((

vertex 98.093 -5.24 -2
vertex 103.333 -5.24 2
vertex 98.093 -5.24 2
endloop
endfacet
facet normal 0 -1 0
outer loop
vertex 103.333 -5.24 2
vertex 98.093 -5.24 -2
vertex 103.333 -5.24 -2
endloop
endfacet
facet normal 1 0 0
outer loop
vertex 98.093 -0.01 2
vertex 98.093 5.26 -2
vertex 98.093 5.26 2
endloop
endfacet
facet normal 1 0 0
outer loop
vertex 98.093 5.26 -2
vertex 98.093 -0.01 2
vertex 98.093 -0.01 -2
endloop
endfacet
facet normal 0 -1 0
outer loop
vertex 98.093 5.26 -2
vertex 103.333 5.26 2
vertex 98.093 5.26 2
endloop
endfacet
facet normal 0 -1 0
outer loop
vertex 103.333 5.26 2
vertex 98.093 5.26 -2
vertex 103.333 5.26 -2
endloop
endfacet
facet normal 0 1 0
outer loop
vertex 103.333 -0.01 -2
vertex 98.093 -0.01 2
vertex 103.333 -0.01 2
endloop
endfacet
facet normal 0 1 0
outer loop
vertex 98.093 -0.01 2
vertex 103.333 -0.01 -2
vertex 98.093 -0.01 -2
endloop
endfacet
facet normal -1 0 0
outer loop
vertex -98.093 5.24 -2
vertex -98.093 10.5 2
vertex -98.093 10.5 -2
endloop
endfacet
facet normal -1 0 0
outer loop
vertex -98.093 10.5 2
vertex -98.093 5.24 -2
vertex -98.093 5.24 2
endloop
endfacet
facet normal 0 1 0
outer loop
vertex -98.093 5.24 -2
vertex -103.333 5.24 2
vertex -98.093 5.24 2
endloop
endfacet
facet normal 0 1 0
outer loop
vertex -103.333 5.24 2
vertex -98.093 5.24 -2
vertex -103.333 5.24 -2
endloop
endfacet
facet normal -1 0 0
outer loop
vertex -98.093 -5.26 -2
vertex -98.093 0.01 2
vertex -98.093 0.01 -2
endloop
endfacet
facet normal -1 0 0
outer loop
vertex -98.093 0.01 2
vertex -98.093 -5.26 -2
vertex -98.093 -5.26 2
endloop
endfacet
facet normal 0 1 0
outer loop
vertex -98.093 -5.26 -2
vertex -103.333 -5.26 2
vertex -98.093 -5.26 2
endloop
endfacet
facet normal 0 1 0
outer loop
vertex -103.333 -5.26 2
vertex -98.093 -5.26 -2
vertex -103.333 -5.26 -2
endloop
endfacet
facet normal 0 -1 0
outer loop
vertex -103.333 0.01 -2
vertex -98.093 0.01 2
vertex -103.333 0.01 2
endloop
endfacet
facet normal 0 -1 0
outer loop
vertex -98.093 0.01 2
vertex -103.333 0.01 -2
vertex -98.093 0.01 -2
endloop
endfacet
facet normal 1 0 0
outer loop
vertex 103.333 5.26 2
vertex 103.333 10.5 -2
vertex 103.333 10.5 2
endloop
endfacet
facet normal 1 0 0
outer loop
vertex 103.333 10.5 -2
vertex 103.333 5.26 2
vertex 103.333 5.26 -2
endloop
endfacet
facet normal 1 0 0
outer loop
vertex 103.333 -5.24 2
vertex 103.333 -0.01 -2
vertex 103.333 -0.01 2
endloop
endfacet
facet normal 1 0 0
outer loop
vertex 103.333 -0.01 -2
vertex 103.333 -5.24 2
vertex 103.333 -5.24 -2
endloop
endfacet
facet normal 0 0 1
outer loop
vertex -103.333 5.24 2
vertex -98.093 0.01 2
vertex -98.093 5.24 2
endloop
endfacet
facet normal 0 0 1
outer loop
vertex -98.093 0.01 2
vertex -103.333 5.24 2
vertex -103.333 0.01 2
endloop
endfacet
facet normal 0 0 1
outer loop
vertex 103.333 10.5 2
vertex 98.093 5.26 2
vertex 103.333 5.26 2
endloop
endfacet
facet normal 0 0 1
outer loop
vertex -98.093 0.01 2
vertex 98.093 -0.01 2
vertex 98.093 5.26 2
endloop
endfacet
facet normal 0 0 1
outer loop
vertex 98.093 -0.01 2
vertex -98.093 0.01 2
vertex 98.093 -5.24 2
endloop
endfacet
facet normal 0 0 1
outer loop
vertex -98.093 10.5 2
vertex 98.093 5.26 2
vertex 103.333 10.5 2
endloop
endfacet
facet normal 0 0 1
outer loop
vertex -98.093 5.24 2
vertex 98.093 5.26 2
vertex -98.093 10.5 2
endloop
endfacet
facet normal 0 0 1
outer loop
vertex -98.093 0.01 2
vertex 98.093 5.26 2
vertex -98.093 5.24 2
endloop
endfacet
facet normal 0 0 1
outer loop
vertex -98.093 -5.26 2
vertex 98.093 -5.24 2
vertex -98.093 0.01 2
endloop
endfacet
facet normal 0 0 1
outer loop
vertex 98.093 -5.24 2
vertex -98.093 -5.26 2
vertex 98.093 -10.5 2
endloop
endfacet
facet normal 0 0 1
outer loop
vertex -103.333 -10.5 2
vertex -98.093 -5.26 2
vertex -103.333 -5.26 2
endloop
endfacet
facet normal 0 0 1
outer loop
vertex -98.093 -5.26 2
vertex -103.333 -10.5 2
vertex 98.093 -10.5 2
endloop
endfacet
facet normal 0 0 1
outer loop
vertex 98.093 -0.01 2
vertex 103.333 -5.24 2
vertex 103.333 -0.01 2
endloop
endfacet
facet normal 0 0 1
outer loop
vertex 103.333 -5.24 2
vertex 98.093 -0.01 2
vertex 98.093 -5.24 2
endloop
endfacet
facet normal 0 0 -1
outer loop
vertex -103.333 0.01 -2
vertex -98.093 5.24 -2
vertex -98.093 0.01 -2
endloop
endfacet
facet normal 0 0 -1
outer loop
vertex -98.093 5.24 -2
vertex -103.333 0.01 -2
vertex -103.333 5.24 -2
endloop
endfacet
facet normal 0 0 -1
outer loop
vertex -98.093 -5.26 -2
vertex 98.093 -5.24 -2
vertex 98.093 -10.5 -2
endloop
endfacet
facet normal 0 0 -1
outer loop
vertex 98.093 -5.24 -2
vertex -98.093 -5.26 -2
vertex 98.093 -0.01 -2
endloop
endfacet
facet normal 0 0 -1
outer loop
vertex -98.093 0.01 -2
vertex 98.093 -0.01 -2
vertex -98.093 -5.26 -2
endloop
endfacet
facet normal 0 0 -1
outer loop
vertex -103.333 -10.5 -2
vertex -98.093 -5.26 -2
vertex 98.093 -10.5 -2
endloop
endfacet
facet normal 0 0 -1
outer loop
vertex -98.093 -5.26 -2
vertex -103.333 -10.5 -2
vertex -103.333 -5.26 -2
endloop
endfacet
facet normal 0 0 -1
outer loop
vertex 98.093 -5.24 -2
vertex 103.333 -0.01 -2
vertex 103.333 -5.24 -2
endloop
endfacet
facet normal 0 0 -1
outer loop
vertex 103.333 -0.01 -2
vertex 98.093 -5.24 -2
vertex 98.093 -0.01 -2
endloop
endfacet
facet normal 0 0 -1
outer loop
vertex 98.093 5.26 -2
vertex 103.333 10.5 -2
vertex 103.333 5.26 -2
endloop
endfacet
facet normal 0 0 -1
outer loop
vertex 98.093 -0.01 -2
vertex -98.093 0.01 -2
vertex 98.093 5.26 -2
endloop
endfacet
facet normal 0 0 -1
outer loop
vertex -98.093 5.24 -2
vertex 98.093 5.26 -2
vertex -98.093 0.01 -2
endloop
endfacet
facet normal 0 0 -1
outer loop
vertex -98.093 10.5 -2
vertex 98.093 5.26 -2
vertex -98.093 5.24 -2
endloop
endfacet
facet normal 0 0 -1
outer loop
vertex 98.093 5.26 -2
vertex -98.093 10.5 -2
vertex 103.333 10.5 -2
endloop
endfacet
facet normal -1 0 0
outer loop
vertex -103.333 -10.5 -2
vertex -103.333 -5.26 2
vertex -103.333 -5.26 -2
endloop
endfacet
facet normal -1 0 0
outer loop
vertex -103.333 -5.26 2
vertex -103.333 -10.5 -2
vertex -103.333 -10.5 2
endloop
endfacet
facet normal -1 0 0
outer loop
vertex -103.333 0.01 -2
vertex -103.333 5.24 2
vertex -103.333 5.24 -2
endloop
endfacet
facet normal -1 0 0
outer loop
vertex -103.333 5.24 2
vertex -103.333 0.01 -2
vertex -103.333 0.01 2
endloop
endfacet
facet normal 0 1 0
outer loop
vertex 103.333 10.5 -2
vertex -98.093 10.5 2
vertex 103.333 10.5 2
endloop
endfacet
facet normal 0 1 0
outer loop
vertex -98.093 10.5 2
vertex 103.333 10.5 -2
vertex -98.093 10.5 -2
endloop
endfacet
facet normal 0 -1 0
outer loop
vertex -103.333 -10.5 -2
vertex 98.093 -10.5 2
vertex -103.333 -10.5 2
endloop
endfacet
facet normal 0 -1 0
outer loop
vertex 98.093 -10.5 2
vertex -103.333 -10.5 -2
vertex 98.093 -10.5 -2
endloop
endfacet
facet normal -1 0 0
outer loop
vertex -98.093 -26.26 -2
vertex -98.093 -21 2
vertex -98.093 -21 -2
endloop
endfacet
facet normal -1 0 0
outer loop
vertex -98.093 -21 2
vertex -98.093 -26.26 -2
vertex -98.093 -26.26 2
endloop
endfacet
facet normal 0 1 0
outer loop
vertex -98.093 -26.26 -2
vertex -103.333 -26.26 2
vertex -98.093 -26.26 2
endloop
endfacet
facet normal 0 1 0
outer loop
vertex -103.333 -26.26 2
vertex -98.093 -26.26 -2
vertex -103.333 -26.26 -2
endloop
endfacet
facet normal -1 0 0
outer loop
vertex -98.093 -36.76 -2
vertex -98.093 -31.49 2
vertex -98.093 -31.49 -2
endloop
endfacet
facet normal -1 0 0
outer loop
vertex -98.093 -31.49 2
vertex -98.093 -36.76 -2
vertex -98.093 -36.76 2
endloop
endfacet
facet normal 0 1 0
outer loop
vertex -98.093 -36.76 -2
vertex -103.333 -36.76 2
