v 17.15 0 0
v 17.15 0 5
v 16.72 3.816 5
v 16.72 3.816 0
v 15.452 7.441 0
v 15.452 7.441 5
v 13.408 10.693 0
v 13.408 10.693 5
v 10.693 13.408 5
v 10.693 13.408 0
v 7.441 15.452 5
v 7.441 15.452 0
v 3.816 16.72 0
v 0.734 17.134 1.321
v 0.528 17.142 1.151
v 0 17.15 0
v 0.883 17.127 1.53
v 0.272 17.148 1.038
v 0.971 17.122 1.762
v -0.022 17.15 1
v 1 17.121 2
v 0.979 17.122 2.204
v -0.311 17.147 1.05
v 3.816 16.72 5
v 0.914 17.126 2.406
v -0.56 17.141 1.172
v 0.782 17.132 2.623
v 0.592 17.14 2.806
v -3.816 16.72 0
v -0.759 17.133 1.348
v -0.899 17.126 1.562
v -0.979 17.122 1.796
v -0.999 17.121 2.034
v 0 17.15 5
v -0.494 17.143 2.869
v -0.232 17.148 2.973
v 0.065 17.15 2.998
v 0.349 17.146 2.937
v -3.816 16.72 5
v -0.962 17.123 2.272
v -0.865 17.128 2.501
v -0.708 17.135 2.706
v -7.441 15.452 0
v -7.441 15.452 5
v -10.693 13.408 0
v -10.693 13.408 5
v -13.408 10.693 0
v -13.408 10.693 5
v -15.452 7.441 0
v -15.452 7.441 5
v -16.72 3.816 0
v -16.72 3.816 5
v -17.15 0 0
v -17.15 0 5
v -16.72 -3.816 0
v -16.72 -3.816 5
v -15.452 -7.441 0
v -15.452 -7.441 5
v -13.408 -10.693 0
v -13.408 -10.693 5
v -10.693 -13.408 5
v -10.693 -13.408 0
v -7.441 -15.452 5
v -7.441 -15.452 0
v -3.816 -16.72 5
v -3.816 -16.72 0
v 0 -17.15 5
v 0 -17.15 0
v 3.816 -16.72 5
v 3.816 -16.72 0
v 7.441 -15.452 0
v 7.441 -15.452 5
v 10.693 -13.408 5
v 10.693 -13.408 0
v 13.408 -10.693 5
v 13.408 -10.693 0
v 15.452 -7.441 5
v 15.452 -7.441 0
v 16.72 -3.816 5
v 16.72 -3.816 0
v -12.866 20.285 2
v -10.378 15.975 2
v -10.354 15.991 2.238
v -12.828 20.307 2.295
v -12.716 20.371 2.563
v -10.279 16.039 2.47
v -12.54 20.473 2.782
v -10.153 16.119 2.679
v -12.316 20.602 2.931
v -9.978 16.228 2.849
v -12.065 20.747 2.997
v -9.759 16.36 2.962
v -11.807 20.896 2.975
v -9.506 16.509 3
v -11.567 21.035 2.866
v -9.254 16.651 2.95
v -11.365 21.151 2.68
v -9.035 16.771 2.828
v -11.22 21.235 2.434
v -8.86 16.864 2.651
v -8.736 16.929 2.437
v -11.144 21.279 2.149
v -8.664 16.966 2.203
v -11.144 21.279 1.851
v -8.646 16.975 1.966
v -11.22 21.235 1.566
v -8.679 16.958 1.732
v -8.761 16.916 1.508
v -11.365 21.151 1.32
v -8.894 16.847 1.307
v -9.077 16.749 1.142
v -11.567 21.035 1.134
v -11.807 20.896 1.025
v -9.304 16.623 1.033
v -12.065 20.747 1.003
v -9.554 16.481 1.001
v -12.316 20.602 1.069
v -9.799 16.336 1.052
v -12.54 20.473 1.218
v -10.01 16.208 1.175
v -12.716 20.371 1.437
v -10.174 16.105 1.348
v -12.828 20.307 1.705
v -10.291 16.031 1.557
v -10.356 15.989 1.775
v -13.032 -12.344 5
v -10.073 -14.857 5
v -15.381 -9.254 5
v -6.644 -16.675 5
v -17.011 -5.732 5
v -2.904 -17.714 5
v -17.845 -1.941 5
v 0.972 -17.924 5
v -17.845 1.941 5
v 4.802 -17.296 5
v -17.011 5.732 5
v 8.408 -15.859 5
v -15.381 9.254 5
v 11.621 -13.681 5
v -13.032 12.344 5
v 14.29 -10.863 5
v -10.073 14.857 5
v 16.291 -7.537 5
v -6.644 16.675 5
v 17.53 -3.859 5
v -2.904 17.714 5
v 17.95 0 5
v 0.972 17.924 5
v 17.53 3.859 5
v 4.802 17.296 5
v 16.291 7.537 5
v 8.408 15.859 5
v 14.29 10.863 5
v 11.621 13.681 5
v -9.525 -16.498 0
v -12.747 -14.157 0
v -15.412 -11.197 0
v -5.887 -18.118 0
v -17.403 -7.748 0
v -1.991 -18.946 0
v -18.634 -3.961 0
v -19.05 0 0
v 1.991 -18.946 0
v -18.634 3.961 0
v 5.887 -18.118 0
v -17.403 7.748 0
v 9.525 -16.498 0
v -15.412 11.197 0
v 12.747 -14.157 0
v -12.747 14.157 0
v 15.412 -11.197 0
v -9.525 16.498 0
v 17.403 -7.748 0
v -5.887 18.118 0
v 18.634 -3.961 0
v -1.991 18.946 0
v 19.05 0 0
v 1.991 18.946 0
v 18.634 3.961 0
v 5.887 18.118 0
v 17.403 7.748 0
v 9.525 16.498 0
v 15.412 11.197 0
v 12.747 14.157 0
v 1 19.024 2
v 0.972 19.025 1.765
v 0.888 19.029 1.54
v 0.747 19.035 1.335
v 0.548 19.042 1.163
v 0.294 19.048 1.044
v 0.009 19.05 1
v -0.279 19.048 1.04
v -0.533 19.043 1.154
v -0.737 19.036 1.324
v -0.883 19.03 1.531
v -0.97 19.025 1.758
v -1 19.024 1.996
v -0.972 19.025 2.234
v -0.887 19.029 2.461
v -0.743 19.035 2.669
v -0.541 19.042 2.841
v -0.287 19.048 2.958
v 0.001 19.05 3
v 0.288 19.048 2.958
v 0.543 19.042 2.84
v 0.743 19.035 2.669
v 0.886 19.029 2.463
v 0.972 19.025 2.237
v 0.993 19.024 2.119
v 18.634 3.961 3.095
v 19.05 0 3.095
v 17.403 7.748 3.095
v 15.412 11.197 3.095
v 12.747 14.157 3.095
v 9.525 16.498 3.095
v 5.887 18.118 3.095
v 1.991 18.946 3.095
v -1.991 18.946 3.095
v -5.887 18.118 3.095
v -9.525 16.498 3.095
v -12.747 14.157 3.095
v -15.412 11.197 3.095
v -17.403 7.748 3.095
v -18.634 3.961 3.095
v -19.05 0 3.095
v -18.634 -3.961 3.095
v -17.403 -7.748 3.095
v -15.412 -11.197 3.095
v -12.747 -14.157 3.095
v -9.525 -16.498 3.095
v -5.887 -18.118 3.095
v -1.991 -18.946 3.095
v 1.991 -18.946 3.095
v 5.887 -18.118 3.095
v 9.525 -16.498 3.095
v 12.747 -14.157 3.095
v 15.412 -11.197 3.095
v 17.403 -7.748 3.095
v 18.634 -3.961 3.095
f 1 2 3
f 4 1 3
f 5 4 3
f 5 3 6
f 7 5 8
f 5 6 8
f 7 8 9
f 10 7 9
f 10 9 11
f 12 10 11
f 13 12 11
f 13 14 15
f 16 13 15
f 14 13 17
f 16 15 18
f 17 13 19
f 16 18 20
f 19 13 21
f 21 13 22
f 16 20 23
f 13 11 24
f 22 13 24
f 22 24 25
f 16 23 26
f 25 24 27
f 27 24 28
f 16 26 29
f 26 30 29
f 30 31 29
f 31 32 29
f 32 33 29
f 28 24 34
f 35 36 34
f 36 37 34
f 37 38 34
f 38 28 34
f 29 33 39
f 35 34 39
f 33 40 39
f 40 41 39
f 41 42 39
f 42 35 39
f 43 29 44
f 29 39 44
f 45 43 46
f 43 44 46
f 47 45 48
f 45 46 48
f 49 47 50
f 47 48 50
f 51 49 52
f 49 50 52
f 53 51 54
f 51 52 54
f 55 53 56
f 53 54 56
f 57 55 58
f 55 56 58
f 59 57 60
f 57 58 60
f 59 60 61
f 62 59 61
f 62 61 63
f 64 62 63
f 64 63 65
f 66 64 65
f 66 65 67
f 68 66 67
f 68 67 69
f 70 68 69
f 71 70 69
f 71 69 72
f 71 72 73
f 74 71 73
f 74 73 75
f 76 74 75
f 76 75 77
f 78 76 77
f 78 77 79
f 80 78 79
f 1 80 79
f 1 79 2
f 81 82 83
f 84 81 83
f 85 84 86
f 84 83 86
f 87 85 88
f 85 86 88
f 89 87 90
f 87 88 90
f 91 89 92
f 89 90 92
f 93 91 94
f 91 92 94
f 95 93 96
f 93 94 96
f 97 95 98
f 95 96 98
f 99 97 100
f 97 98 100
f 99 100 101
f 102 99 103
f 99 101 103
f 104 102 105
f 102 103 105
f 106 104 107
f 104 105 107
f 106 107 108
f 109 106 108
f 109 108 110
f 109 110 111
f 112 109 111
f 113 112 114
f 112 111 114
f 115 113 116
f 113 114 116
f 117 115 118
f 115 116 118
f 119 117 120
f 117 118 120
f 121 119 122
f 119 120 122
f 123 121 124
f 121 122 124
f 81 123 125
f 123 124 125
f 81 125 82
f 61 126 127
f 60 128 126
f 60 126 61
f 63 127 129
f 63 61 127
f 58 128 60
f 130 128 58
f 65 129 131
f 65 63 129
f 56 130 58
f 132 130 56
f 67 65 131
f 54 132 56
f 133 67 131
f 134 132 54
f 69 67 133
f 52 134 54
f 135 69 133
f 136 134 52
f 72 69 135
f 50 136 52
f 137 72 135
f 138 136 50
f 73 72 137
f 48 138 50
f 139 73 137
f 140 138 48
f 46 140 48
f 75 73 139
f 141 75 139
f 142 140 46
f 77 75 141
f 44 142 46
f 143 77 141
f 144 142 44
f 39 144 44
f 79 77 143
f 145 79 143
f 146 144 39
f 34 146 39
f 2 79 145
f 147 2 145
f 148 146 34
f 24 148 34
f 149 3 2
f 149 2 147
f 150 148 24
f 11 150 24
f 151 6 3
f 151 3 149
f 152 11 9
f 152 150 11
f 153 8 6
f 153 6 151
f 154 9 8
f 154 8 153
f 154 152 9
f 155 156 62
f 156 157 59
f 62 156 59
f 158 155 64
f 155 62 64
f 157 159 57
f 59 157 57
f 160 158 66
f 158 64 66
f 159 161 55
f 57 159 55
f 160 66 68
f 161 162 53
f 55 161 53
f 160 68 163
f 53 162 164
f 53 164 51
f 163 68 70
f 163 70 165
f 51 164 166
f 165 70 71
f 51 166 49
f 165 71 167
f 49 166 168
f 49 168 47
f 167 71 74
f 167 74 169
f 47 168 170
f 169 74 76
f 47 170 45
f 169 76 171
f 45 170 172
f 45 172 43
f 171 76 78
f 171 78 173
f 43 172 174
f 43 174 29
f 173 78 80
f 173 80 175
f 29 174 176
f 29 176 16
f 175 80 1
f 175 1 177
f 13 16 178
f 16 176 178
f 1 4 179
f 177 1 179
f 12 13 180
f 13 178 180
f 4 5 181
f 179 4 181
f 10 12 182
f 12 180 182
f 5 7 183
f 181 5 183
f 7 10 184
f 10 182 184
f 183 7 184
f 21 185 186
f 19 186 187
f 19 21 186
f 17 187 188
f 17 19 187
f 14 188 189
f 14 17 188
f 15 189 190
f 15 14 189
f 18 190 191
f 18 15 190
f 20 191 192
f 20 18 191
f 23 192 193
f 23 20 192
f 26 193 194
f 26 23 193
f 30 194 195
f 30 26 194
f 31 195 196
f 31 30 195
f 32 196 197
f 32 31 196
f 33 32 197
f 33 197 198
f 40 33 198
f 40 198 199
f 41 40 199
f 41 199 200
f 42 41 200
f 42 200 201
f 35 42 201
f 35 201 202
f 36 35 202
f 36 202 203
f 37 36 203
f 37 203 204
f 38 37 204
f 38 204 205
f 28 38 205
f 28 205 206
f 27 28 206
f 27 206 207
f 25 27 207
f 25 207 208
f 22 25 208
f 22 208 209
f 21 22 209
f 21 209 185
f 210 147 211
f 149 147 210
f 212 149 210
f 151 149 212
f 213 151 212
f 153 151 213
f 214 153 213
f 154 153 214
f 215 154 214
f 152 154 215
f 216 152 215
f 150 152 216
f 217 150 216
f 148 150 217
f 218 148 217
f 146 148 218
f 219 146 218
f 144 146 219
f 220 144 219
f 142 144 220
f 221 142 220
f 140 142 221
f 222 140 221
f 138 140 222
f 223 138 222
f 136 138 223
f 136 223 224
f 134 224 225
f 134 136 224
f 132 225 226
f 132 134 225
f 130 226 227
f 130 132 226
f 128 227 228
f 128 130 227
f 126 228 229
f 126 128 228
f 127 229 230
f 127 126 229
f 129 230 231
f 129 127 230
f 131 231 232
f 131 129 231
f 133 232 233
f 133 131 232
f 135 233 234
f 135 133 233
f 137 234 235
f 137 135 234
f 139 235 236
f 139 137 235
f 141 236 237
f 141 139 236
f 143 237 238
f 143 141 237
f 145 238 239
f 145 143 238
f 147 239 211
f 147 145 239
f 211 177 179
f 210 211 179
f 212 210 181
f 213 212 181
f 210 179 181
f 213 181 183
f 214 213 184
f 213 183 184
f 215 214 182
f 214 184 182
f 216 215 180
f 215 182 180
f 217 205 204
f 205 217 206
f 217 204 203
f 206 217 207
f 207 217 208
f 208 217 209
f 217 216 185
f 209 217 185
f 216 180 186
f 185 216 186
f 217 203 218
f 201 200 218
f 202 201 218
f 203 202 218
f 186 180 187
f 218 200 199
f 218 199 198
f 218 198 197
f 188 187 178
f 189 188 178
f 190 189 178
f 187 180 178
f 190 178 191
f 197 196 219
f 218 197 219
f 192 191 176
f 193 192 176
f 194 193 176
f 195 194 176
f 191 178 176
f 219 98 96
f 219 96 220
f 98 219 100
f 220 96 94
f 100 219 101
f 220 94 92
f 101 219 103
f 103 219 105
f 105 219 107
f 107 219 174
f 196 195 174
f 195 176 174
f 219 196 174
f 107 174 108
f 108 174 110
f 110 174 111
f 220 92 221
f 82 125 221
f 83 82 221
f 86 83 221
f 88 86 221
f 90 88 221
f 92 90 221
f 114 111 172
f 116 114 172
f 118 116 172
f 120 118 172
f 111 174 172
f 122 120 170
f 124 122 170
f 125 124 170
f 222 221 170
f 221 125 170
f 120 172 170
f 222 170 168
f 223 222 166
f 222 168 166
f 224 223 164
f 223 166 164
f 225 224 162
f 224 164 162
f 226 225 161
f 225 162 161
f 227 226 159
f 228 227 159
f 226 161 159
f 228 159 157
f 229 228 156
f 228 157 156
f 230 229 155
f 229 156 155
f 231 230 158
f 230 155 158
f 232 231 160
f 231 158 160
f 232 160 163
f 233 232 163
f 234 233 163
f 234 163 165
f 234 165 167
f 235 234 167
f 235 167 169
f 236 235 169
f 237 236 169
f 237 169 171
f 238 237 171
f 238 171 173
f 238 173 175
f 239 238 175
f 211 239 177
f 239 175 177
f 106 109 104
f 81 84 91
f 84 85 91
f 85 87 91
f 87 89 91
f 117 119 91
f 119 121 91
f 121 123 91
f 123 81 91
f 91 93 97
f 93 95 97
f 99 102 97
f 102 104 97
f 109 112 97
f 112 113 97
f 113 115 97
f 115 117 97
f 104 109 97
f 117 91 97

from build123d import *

# Parameters (mm, degrees)
SKETCH1_R           = 19.05
BOSS_EXTRUDE1_DEPTH = 5
CHAMFER1_SIZE       = 1.905
CHAMFER1_SIZE2      = 1.099852263
SKETCH2_R           = 1
CUT_EXTRUDE1_DEPTH  = 30
SKETCH5_R           = 17.15
CUT_EXTRUDE2_DEPTH  = 15


with BuildPart() as part:
    # Sketch1 → Boss-Extrude1 (new body)
    with BuildSketch(Plane.XY):
        Circle(SKETCH1_R)
    extrude(amount=BOSS_EXTRUDE1_DEPTH)

    # Chamfer1
    chamfer1_edges = [part.edges().sort_by_distance(p)[0] for p in [
        (-19.05, 0, 5),
    ]]
    chamfer1_side = [part.faces().sort_by_distance(p)[0] for p in [
        (-19.05, 0, 2.5),
    ]]
    chamfer(chamfer1_edges, length=CHAMFER1_SIZE, length2=CHAMFER1_SIZE2, reference=chamfer1_side[0])

    # Sketch4 → Revolve-Thin1 (revolve)
    with BuildSketch(Plane.XY.offset(2)):
        Polygon((0, 0), (-12, 20.784609691), (-12.866025404, 20.284609691), (-0.866025404, -0.5), align=None)
    revolve(axis=Axis((0, 0, 2), (-0.5, 0.866025404, 0)))

    # Sketch2 → Cut-Extrude1 (cut)
    with BuildSketch(Plane(origin=(0, 0, 0), x_dir=(1, 0, 0), z_dir=(0, 1, 0))):
        with Locations((0, -2)):
            Circle(SKETCH2_R)
    extrude(amount=CUT_EXTRUDE1_DEPTH, mode=Mode.SUBTRACT)

    # Sketch5 → Cut-Extrude2 (cut)
    with BuildSketch(Plane.XY.offset(5)):
        Circle(SKETCH5_R)
    extrude(amount=-CUT_EXTRUDE2_DEPTH, mode=Mode.SUBTRACT)


solid = part.part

))

Task to carry out: Above are the entries. Output exactly the lines beginning with the line that has "v 0.888 19.029 1.54" and ending with the line that has "f 102 99 103".

Response for this exercise:
v 0.888 19.029 1.54
v 0.747 19.035 1.335
v 0.548 19.042 1.163
v 0.294 19.048 1.044
v 0.009 19.05 1
v -0.279 19.048 1.04
v -0.533 19.043 1.154
v -0.737 19.036 1.324
v -0.883 19.03 1.531
v -0.97 19.025 1.758
v -1 19.024 1.996
v -0.972 19.025 2.234
v -0.887 19.029 2.461
v -0.743 19.035 2.669
v -0.541 19.042 2.841
v -0.287 19.048 2.958
v 0.001 19.05 3
v 0.288 19.048 2.958
v 0.543 19.042 2.84
v 0.743 19.035 2.669
v 0.886 19.029 2.463
v 0.972 19.025 2.237
v 0.993 19.024 2.119
v 18.634 3.961 3.095
v 19.05 0 3.095
v 17.403 7.748 3.095
v 15.412 11.197 3.095
v 12.747 14.157 3.095
v 9.525 16.498 3.095
v 5.887 18.118 3.095
v 1.991 18.946 3.095
v -1.991 18.946 3.095
v -5.887 18.118 3.095
v -9.525 16.498 3.095
v -12.747 14.157 3.095
v -15.412 11.197 3.095
v -17.403 7.748 3.095
v -18.634 3.961 3.095
v -19.05 0 3.095
v -18.634 -3.961 3.095
v -17.403 -7.748 3.095
v -15.412 -11.197 3.095
v -12.747 -14.157 3.095
v -9.525 -16.498 3.095
v -5.887 -18.118 3.095
v -1.991 -18.946 3.095
v 1.991 -18.946 3.095
v 5.887 -18.118 3.095
v 9.525 -16.498 3.095
v 12.747 -14.157 3.095
v 15.412 -11.197 3.095
v 17.403 -7.748 3.095
v 18.634 -3.961 3.095
f 1 2 3
f 4 1 3
f 5 4 3
f 5 3 6
f 7 5 8
f 5 6 8
f 7 8 9
f 10 7 9
f 10 9 11
f 12 10 11
f 13 12 11
f 13 14 15
f 16 13 15
f 14 13 17
f 16 15 18
f 17 13 19
f 16 18 20
f 19 13 21
f 21 13 22
f 16 20 23
f 13 11 24
f 22 13 24
f 22 24 25
f 16 23 26
f 25 24 27
f 27 24 28
f 16 26 29
f 26 30 29
f 30 31 29
f 31 32 29
f 32 33 29
f 28 24 34
f 35 36 34
f 36 37 34
f 37 38 34
f 38 28 34
f 29 33 39
f 35 34 39
f 33 40 39
f 40 41 39
f 41 42 39
f 42 35 39
f 43 29 44
f 29 39 44
f 45 43 46
f 43 44 46
f 47 45 48
f 45 46 48
f 49 47 50
f 47 48 50
f 51 49 52
f 49 50 52
f 53 51 54
f 51 52 54
f 55 53 56
f 53 54 56
f 57 55 58
f 55 56 58
f 59 57 60
f 57 58 60
f 59 60 61
f 62 59 61
f 62 61 63
f 64 62 63
f 64 63 65
f 66 64 65
f 66 65 67
f 68 66 67
f 68 67 69
f 70 68 69
f 71 70 69
f 71 69 72
f 71 72 73
f 74 71 73
f 74 73 75
f 76 74 75
f 76 75 77
f 78 76 77
f 78 77 79
f 80 78 79
f 1 80 79
f 1 79 2
f 81 82 83
f 84 81 83
f 85 84 86
f 84 83 86
f 87 85 88
f 85 86 88
f 89 87 90
f 87 88 90
f 91 89 92
f 89 90 92
f 93 91 94
f 91 92 94
f 95 93 96
f 93 94 96
f 97 95 98
f 95 96 98
f 99 97 100
f 97 98 100
f 99 100 101
f 102 99 103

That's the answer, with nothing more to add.